[Input records Boundary: Start]
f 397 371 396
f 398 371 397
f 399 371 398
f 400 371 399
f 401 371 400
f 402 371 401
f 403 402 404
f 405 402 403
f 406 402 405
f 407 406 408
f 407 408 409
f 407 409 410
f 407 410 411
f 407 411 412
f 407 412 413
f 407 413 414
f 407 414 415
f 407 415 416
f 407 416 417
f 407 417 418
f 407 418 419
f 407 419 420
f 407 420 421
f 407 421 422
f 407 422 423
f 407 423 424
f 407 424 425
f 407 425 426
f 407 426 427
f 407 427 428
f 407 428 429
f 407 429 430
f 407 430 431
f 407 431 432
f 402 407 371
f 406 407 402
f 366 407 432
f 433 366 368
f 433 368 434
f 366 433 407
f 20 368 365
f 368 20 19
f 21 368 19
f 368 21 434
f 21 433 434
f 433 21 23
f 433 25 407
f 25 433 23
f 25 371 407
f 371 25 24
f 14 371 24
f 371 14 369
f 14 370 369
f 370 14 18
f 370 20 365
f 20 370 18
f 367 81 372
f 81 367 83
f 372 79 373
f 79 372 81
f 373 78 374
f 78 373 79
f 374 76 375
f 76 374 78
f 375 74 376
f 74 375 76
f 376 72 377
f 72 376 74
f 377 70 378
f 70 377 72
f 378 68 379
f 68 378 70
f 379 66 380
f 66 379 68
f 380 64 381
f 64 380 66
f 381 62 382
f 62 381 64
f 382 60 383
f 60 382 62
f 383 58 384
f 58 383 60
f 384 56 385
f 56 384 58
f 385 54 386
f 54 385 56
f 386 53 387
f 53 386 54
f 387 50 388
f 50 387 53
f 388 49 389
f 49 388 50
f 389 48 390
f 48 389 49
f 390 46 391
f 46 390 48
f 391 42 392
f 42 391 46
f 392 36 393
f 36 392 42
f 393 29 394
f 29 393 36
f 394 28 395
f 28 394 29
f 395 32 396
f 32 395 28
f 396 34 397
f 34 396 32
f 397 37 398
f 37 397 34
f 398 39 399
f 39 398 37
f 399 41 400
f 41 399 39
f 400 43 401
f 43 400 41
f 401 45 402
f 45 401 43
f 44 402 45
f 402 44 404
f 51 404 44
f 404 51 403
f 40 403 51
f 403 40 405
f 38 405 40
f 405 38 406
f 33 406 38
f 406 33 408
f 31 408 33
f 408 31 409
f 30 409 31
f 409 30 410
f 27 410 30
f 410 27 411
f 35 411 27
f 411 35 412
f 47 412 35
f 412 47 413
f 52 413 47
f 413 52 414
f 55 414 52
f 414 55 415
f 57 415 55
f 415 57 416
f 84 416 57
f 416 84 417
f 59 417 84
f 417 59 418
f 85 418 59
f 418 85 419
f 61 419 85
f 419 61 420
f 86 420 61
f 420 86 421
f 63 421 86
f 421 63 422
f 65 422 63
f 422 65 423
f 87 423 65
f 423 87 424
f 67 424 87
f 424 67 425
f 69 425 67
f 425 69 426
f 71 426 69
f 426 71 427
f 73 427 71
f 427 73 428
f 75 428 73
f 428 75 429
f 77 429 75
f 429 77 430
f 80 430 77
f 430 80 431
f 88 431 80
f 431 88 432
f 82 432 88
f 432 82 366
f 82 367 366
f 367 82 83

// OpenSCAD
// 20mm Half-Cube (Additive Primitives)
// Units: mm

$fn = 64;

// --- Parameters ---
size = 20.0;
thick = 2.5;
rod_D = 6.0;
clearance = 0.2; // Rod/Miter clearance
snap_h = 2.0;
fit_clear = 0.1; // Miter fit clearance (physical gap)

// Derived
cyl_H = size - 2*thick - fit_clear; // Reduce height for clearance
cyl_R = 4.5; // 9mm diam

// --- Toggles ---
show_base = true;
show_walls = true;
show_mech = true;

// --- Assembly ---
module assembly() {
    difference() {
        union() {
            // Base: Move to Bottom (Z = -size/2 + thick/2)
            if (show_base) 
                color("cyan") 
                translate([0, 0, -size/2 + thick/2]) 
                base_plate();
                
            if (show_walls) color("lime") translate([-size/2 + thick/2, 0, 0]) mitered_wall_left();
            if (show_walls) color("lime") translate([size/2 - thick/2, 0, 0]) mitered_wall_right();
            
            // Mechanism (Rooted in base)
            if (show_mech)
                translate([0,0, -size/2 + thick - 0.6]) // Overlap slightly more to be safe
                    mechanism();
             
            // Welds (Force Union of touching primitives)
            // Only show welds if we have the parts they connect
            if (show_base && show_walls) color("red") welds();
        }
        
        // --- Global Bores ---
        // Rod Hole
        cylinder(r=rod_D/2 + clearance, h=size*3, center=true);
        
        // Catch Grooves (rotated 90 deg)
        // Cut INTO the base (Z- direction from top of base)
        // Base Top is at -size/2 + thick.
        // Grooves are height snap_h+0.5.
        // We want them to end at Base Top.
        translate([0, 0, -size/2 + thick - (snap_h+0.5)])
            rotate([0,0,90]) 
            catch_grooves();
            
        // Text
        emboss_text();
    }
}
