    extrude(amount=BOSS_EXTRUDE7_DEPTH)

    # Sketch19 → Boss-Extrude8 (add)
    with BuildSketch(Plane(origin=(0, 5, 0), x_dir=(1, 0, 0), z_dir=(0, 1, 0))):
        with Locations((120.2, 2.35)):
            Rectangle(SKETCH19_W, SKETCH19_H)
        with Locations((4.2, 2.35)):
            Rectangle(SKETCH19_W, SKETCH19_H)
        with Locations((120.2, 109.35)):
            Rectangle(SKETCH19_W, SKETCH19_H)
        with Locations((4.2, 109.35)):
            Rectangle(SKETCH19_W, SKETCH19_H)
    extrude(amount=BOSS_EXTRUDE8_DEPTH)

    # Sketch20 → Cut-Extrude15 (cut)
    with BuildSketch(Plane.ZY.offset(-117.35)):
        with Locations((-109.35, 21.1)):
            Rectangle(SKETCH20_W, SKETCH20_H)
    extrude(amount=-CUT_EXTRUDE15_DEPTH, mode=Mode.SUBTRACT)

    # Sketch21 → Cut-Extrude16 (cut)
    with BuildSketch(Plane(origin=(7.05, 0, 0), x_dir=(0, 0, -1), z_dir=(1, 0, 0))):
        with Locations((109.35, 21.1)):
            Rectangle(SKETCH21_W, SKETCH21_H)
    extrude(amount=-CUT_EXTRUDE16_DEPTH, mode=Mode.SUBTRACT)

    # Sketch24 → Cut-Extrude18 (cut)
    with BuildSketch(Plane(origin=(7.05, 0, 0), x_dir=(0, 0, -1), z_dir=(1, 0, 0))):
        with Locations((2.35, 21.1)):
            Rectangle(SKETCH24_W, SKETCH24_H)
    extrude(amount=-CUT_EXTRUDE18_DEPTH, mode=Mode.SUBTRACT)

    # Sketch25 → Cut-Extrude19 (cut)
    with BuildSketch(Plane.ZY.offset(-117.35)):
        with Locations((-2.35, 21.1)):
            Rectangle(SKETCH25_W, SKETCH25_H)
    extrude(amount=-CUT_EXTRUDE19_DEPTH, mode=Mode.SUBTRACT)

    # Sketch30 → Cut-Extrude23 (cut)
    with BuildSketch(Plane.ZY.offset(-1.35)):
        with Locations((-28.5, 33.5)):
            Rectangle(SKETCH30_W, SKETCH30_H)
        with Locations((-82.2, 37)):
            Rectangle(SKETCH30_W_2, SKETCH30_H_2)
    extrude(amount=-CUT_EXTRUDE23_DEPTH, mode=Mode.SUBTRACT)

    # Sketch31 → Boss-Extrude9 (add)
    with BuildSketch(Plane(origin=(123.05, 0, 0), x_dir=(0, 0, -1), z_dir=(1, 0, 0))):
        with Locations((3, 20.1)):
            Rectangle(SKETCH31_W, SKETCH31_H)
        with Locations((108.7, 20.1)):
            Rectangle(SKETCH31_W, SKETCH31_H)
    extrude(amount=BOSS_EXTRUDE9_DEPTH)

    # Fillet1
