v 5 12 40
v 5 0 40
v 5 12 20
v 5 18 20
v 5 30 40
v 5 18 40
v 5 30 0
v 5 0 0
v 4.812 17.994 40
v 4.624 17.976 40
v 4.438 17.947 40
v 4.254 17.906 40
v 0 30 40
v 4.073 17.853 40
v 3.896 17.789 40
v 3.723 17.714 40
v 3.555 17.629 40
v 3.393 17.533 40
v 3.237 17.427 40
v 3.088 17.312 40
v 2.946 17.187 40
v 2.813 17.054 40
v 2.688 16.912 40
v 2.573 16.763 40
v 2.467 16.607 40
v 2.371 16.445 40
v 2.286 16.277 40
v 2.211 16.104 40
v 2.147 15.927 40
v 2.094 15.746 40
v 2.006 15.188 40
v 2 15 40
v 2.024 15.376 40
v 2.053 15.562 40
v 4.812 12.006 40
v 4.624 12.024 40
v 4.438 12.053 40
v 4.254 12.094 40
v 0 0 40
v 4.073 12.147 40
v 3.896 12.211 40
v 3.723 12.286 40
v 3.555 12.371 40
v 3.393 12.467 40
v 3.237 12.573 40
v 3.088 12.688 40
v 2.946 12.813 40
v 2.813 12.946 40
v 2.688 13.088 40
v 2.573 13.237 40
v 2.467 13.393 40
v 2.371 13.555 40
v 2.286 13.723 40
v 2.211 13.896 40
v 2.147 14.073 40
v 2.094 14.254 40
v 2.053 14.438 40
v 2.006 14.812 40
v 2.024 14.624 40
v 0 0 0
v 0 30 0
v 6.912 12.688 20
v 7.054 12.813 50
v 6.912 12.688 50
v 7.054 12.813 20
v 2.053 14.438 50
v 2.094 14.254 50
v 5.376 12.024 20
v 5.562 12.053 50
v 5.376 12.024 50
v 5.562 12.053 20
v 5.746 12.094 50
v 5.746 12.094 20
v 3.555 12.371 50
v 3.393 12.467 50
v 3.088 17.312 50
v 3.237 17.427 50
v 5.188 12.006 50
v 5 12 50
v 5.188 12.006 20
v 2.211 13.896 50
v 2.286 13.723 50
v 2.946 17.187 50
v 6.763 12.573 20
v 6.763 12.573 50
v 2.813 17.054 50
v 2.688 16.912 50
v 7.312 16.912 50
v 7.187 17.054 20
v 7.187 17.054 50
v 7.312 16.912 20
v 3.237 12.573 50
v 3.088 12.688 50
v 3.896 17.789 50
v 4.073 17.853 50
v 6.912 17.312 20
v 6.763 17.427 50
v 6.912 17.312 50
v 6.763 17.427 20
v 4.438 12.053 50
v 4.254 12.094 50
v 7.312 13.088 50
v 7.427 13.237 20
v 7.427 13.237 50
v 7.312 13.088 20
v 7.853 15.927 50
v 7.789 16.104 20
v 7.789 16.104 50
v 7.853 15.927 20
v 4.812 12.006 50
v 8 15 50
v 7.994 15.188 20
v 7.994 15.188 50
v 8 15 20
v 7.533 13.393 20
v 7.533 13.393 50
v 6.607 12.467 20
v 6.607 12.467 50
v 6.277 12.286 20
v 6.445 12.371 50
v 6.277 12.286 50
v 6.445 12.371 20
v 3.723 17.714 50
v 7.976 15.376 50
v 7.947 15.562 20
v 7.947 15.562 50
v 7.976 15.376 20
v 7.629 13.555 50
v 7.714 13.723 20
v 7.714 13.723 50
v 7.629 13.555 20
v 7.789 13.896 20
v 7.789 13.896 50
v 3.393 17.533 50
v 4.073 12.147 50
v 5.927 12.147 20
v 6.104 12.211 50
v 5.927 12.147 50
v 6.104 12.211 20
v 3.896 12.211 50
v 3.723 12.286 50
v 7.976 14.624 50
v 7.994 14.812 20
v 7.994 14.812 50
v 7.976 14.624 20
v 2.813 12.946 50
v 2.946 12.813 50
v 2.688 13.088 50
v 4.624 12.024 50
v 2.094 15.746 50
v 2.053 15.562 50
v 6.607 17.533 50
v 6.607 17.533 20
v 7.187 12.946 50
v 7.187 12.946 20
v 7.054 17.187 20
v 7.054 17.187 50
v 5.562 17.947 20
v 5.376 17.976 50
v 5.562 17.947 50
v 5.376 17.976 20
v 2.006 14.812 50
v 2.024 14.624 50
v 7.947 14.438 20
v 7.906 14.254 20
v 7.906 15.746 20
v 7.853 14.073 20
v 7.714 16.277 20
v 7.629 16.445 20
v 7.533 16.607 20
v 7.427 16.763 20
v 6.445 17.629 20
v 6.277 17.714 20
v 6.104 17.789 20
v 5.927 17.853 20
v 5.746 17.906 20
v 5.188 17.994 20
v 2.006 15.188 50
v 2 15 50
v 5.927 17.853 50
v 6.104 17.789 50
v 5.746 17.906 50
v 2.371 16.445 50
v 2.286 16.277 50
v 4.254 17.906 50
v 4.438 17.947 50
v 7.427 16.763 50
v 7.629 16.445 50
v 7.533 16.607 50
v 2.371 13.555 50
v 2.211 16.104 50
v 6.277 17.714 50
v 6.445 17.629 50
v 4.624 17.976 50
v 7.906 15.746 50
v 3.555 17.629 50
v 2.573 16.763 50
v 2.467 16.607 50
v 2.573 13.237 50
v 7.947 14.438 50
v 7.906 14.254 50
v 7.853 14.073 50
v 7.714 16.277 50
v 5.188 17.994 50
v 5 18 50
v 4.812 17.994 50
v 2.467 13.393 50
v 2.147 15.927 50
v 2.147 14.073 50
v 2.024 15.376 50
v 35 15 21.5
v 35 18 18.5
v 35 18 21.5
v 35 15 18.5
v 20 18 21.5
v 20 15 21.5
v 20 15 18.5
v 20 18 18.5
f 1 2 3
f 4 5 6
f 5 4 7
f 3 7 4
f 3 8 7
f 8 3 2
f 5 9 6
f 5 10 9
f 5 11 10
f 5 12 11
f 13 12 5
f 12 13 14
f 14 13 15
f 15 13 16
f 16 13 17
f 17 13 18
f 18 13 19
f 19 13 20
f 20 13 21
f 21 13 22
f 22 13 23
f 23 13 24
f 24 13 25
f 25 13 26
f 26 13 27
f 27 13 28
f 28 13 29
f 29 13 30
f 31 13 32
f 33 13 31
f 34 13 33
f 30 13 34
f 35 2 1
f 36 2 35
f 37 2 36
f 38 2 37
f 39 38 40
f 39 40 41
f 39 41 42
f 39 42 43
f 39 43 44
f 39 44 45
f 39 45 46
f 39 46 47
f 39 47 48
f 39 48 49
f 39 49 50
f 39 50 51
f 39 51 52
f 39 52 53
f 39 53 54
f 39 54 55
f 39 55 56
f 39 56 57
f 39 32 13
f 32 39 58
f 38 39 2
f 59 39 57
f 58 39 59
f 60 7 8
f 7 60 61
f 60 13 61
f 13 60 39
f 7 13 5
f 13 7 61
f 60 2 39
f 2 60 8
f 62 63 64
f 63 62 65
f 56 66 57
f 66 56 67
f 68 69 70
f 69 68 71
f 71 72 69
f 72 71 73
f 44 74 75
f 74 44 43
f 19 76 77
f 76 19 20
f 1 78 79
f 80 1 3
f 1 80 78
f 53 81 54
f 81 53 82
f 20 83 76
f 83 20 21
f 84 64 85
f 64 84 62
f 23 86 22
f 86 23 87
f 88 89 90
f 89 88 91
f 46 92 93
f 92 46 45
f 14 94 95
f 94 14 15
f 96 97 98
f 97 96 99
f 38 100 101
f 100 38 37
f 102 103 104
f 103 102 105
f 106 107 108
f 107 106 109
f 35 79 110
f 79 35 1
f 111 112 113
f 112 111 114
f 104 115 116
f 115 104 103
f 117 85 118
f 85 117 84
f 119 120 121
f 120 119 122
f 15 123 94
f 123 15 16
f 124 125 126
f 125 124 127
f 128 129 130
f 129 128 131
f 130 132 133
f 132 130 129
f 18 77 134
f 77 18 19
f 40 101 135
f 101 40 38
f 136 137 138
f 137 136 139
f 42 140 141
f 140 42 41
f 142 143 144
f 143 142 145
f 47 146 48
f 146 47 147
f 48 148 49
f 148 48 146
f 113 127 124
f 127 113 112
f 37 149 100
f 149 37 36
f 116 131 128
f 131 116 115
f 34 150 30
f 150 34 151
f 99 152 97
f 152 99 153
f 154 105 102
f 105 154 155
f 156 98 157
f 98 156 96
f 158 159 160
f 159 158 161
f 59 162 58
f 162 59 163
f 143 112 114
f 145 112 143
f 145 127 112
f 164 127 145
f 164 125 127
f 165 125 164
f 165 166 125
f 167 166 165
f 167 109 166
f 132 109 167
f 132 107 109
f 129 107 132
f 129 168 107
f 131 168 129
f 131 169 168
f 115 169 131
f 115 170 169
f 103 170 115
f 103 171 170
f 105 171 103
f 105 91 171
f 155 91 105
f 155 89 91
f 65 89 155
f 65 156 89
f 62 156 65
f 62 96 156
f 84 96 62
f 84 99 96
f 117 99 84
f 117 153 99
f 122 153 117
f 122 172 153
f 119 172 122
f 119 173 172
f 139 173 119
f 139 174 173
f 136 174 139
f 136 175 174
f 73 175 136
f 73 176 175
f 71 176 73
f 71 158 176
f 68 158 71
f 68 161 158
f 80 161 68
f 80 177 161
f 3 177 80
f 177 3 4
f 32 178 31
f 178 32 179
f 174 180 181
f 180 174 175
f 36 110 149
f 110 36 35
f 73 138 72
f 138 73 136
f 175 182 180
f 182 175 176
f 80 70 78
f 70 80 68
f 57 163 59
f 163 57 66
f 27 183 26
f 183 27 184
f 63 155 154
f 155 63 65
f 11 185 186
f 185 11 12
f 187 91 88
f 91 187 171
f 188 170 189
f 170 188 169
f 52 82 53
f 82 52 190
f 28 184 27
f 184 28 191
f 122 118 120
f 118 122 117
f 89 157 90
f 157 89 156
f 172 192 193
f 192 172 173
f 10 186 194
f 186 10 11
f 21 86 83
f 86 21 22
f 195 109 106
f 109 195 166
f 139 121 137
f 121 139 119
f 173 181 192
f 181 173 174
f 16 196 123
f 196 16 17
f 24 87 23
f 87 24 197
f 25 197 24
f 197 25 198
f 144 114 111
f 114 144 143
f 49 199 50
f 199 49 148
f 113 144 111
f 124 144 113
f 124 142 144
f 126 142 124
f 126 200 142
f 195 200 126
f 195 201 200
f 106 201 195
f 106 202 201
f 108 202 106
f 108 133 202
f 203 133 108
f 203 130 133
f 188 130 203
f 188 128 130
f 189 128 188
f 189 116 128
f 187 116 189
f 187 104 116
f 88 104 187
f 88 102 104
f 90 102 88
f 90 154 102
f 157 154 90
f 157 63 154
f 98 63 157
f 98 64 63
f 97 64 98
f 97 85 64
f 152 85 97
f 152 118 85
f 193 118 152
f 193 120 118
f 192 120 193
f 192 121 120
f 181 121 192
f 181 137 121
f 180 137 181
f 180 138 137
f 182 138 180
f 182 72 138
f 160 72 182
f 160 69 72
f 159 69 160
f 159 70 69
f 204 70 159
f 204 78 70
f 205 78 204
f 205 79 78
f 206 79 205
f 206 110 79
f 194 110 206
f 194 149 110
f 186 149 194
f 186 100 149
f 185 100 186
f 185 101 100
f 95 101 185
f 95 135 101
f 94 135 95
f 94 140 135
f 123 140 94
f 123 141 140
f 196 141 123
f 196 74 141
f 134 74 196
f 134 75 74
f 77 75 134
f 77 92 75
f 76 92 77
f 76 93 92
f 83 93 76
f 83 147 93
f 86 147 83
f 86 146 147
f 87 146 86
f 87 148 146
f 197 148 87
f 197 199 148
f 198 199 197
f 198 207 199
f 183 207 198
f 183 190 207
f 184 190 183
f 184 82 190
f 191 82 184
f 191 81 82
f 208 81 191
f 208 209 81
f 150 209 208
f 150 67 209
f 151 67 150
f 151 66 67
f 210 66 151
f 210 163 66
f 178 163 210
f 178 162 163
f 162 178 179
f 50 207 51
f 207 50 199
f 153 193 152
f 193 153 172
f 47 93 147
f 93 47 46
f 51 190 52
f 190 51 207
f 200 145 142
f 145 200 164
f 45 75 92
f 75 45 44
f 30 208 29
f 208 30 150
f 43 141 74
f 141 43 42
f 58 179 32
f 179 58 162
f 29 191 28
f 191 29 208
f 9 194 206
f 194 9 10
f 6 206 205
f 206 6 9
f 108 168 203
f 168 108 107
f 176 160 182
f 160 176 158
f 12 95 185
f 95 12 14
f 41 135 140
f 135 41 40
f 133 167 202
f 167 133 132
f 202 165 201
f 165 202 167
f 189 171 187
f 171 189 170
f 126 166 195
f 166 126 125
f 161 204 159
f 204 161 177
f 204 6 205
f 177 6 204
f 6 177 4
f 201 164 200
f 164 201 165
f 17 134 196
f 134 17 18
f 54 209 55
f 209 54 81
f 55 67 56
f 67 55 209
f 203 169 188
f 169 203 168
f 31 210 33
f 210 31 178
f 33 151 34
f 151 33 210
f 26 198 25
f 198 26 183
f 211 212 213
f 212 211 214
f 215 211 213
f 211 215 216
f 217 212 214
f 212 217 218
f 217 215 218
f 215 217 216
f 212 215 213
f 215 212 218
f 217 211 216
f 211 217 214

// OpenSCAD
// Parameters
wall_thickness = 5; // The thickness of the base that attaches to the wall
hook_thickness = 3; // The thickness of the hook
hook_radius = 15;   // The radius of the hook
height = 40;        // The height of the hook

// Base of the hook
cube([ wall_thickness, hook_radius * 2, height ]);

// Curved part of the hook
translate([ wall_thickness, hook_radius, height / 2 ]) rotate([ 0, 0, -90 ])
    cylinder(r = hook_thickness, h = hook_radius * 2, $fn = 100);

// Straight part of the hook
translate([ wall_thickness + hook_radius, hook_radius, height / 2 - hook_thickness / 2 ])
    cube([ hook_radius, hook_thickness, hook_thickness ]);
[Input records Boundary: End]
Beginning at the line with "f 151 33 210" and ending at the last line of the entries, print every line exactly.

f 151 33 210
f 26 198 25
f 198 26 183
f 211 212 213
f 212 211 214
f 215 211 213
f 211 215 216
f 217 212 214
f 212 217 218
f 217 215 218
f 215 217 216
f 212 215 213
f 215 212 218
f 217 211 216
f 211 217 214

// OpenSCAD
// Parameters
wall_thickness = 5; // The thickness of the base that attaches to the wall
hook_thickness = 3; // The thickness of the hook
hook_radius = 15;   // The radius of the hook
height = 40;        // The height of the hook

// Base of the hook
cube([ wall_thickness, hook_radius * 2, height ]);

// Curved part of the hook
translate([ wall_thickness, hook_radius, height / 2 ]) rotate([ 0, 0, -90 ])
    cylinder(r = hook_thickness, h = hook_radius * 2, $fn = 100);

// Straight part of the hook
translate([ wall_thickness + hook_radius, hook_radius, height / 2 - hook_thickness / 2 ])
    cube([ hook_radius, hook_thickness, hook_thickness ]);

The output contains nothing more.